This radar loop shows the evolution of the El Reno tornado and associated storms around the OKC metro area on the 30th as seen by MPAR. MPAR stands for Multifunction Phased Array Radar and is essentially the next generation of weather radar. I don't know too much about MPAR but its main advantages over existing weather radars is faster scan rates and the ability to chose where you want the radar to look. MPAR can complete a scan in under a minute, whereas WSD-88 can take 4-5 minutes depending on scan mode. The higher temporal resolution is extremely beneficial for examining severe weather threats which often evolve on very short time scales. In addition, I'd assume greater spatial resolution and more tilts should be achievable with this technology but I'm not entirely sure.

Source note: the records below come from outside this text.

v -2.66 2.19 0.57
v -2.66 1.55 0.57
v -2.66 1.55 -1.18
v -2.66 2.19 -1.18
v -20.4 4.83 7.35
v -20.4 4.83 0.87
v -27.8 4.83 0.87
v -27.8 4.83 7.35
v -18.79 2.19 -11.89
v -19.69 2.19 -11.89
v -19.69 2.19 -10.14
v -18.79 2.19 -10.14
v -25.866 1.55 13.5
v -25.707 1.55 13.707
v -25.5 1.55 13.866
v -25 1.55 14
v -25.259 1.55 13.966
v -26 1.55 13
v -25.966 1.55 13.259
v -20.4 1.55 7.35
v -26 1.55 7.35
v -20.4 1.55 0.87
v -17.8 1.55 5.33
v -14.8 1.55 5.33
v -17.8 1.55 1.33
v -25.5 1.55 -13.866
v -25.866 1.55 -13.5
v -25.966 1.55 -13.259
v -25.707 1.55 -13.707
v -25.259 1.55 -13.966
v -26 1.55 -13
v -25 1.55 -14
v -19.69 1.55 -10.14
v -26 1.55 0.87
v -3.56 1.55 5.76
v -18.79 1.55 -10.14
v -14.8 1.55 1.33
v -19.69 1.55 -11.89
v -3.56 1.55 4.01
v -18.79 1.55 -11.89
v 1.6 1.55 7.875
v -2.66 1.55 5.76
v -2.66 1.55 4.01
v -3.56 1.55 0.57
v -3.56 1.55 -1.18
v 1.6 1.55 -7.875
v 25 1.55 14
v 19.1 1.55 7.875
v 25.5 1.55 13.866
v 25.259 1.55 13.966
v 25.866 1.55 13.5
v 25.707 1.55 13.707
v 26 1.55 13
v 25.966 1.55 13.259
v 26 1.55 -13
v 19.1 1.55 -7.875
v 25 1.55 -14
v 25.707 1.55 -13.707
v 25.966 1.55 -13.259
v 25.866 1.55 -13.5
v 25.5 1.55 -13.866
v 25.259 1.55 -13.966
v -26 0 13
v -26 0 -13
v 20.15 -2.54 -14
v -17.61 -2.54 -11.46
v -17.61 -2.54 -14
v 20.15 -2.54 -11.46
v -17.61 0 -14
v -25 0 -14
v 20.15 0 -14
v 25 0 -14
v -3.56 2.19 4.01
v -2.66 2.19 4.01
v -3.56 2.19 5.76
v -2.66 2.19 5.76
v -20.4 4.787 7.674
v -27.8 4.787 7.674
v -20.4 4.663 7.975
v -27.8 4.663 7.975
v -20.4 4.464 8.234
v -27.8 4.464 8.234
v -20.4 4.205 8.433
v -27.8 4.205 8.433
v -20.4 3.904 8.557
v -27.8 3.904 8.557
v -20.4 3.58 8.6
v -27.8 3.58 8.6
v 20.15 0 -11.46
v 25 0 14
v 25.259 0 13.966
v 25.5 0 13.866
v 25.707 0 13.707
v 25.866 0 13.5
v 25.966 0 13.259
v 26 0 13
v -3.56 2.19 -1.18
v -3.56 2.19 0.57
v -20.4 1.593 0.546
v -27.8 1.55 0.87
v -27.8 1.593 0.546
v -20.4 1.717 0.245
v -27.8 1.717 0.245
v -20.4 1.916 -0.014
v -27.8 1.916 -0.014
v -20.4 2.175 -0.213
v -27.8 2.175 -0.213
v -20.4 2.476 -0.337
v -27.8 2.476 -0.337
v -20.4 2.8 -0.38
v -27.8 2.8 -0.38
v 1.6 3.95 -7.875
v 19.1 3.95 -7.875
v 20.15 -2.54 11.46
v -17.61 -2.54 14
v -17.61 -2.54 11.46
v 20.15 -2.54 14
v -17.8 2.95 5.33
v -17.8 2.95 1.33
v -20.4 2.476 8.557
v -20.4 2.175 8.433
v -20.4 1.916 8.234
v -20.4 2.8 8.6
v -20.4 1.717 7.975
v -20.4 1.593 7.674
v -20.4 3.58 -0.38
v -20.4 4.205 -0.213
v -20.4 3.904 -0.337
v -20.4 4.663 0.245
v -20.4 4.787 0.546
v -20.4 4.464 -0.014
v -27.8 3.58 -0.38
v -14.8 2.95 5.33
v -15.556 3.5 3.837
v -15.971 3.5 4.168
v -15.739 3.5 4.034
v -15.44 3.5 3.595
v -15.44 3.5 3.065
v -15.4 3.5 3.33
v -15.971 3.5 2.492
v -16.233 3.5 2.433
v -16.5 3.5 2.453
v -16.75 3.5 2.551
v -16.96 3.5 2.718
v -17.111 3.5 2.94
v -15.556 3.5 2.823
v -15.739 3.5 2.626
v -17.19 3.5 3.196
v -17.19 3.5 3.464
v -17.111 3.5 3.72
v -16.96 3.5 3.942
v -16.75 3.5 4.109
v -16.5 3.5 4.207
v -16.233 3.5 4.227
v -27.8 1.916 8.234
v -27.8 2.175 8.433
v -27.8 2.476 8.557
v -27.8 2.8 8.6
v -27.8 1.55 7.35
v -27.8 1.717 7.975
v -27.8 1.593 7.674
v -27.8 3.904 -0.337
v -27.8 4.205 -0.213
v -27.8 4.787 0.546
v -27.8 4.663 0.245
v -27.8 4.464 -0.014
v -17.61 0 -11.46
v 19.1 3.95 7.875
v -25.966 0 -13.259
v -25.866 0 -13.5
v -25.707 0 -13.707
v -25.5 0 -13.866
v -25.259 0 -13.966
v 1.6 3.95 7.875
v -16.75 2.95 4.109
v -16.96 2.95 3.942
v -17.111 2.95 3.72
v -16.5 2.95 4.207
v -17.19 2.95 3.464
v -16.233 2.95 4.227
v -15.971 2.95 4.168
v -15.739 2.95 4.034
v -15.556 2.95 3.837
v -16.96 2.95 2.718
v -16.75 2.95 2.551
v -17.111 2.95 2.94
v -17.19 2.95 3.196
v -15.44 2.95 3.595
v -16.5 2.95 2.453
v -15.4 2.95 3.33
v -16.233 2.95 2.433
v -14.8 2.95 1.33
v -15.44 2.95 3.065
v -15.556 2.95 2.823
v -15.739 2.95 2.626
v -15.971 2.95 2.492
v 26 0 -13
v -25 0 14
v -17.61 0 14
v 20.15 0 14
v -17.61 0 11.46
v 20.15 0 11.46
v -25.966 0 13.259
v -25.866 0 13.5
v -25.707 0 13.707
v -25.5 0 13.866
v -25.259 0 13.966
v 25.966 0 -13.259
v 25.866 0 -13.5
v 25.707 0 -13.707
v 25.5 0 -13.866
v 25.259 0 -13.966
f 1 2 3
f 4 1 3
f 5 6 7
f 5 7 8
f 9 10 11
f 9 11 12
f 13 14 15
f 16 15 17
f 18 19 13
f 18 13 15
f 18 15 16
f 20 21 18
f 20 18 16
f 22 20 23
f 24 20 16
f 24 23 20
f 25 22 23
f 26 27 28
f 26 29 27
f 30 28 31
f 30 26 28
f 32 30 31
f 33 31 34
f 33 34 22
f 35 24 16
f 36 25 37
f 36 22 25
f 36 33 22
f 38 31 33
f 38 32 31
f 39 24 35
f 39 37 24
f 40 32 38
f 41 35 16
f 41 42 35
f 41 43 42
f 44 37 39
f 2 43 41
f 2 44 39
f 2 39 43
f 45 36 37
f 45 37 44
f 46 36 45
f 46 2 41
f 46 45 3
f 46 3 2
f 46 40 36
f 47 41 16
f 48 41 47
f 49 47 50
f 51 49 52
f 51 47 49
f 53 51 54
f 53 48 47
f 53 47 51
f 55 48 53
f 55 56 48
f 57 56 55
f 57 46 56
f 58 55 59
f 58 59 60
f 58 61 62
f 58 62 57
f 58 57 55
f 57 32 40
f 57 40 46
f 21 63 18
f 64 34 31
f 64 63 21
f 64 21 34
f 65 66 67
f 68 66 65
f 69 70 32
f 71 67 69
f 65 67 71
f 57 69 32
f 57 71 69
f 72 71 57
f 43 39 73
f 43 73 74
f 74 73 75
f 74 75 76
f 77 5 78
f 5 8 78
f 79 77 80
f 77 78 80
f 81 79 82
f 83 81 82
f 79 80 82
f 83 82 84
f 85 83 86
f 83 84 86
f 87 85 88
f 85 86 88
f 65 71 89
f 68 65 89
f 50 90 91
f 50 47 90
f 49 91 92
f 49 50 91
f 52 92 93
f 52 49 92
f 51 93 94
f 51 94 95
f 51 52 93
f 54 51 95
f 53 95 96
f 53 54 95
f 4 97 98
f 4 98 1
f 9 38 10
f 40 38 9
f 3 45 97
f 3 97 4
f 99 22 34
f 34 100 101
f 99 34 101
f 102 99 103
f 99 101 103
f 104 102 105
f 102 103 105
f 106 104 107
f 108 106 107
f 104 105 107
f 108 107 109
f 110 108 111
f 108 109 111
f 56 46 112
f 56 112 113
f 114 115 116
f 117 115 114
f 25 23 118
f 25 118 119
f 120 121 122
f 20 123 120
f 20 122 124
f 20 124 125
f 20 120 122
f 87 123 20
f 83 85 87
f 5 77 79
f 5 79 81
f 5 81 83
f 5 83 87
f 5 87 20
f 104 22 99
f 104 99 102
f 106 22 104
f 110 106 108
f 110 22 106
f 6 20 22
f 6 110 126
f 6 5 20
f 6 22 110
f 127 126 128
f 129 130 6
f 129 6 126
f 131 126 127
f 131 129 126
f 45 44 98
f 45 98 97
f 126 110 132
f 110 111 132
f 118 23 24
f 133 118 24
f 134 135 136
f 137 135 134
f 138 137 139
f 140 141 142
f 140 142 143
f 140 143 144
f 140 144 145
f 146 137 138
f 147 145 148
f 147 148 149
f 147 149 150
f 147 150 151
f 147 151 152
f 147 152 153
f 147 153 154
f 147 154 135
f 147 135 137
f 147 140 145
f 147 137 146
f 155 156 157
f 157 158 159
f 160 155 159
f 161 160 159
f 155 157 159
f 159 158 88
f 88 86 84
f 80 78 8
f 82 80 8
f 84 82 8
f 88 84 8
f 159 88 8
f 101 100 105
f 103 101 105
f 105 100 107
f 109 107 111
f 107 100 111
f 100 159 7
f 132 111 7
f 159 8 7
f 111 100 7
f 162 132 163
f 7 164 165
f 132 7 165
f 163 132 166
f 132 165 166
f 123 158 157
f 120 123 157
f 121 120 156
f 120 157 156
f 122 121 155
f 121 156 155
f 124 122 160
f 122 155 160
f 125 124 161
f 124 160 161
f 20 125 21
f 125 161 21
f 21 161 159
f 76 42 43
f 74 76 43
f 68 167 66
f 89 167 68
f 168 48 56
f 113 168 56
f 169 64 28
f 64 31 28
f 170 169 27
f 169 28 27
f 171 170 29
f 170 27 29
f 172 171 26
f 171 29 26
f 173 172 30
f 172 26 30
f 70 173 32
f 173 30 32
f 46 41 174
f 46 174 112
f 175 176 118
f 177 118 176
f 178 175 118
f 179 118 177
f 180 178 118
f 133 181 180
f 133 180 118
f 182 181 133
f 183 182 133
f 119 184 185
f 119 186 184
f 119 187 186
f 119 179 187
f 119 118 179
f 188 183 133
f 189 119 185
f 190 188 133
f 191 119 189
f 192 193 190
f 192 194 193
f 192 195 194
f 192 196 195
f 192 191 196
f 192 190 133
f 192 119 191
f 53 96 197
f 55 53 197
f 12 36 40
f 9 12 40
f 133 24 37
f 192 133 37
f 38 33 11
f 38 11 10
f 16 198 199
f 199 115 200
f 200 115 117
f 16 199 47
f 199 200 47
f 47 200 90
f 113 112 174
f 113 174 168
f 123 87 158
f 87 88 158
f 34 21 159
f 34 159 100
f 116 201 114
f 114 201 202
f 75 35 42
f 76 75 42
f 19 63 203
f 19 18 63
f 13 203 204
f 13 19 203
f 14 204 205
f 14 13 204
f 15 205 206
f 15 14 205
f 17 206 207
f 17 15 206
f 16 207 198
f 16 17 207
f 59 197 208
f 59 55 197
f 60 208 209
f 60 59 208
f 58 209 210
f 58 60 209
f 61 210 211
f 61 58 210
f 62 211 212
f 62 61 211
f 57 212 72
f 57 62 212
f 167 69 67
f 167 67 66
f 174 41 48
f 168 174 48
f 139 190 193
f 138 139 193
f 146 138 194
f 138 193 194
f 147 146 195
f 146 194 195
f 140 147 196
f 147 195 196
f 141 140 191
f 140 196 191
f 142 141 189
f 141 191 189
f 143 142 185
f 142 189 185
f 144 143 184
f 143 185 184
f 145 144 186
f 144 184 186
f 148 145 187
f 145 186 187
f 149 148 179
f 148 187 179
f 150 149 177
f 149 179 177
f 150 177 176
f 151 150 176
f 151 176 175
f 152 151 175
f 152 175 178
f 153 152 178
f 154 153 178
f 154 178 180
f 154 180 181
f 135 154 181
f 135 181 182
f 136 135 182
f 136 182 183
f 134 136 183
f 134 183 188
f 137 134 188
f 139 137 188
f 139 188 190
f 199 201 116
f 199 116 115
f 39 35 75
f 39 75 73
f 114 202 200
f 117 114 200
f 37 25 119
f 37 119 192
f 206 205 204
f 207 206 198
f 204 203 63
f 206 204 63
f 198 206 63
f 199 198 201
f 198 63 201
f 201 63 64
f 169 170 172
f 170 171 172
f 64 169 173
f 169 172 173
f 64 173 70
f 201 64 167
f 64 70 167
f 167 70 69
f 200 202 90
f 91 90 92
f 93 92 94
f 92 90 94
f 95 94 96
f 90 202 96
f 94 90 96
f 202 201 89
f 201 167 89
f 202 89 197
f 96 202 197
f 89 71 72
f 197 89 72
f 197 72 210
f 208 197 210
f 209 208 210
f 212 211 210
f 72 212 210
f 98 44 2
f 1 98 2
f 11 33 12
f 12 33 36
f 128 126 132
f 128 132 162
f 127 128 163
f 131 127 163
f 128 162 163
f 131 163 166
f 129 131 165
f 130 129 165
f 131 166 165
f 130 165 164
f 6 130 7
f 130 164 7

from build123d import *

# Parameters (mm, degrees)
SKETCH_1_W           = 52
SKETCH_1_H           = 28
EXTRUDE_1_DEPTH      = 1.55
FILLET_1_R           = 1
SKETCH_2_W           = 37.76
SKETCH_2_H           = 2.54
EXTRUDE_2_DEPTH      = 2.54
SKETCH_3_W           = 17.5
SKETCH_3_H           = 15.75
EXTRUDE_4_DEPTH      = 2.4
EXTRUDE_6_DEPTH      = 1.8
EXTRUDE_6_DEPTH_BACK = 5.6
SKETCH1_W            = 3
SKETCH1_H            = 4
BOSS_EXTRUDE1_DEPTH  = 1.4
SKETCH1_4_R          = 0.9
BOSS_EXTRUDE2_DEPTH  = 1.95
SKETCH2_W            = 0.9
SKETCH2_H            = 1.75
BOSS_EXTRUDE3_DEPTH  = 0.64


with BuildPart() as part:
    # 草圖1 → 填料-伸長1 (new body)
    with BuildSketch(Plane(origin=(0, 0, 0), x_dir=(1, 0, 0), z_dir=(0, 1, 0))):
        Rectangle(SKETCH_1_W, SKETCH_1_H)
    extrude(amount=EXTRUDE_1_DEPTH)

    # 圓角1
    fillet_1_edges = [part.edges().sort_by_distance(p)[0] for p in [
        (26, 0.775, -14),
        (-26, 0.775, -14),
        (-26, 0.775, 14),
        (26, 0.775, 14),
    ]]
    fillet(fillet_1_edges, radius=FILLET_1_R)

    # 草圖2 → 填料-伸長2 (add)
    with BuildSketch(Plane.XZ):
        with Locations((1.27, 12.73)):
            Rectangle(SKETCH_2_W, SKETCH_2_H)
        with Locations((1.27, -12.73)):
            Rectangle(SKETCH_2_W, SKETCH_2_H)
    extrude(amount=EXTRUDE_2_DEPTH)

    # 草圖3 → 填料-伸長4 (add)
    with BuildSketch(Plane(origin=(0, 1.55, 0), x_dir=(1, 0, 0), z_dir=(0, 1, 0))):
        with Locations((10.35, 0)):
            Rectangle(SKETCH_3_W, SKETCH_3_H)
    extrude(amount=EXTRUDE_4_DEPTH)

    # 草圖5 → 填料-伸長6 (add, two sides: drawn at the far end of the back side and taken through both)
    with BuildSketch(Plane.ZY.offset(26).offset(-EXTRUDE_6_DEPTH_BACK)):
        with BuildLine():
            Line((7.35, 1.55), (0.87, 1.55))
            ThreePointArc((0.87, 1.55), (-0.013883476, 1.916116524), (-0.38, 2.8))
            Line((-0.38, 2.8), (-0.38, 3.58))
            ThreePointArc((-0.38, 3.58), (-0.013883476, 4.463883476), (0.87, 4.83))
            Line((0.87, 4.83), (7.35, 4.83))
            ThreePointArc((7.35, 4.83), (8.233883476, 4.463883476), (8.6, 3.58))
            Line((8.6, 3.58), (8.6, 2.8))
            ThreePointArc((8.6, 2.8), (8.233883476, 1.916116524), (7.35, 1.55))
        make_face()
    extrude(amount=EXTRUDE_6_DEPTH + EXTRUDE_6_DEPTH_BACK)

    # Sketch1 → Boss-Extrude1 (add)
    with BuildSketch(Plane(origin=(0, 1.55, 0), x_dir=(1, 0, 0), z_dir=(0, 1, 0))):
        with Locations((-16.3, -3.33)):
            Rectangle(SKETCH1_W, SKETCH1_H)
    extrude(amount=BOSS_EXTRUDE1_DEPTH)

    # Sketch1<4> → Boss-Extrude2 (add)
    with BuildSketch(Plane(origin=(0, 1.55, 0), x_dir=(1, 0, 0), z_dir=(0, 1, 0))):
        with Locations((-16.3, -3.33)):
            Circle(SKETCH1_4_R)
    extrude(amount=BOSS_EXTRUDE2_DEPTH)

    # Sketch2 → Boss-Extrude3 (add)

Well, I sure hope it works better than our dual polarization radar just recently installed here in Alabama. It's down for maintenance almost as often as it's up. But that MPAR thing, that will be the real deal. My nephew is in the Navy, and he's the MPAR operator on an unnamed ship, and does all kinds of secret squirrel things. He did tell me the the MPAR radar they use can differentiate between an albatross and an incoming sea skimming missile at 20 miles, so it should work pretty good on tornadoes. The only problem is that is took the NWS about 10 years to scrape up the money for dual-pol radar, and an MPAR installation is like a zillion times more expensive.
Member Since: October 2, 2004 Posts: 0 Comments: 16289
People always do this with these types of systems but once a "dominate" low level center is established then I suspect we will have a system getting it's act together rather quickly.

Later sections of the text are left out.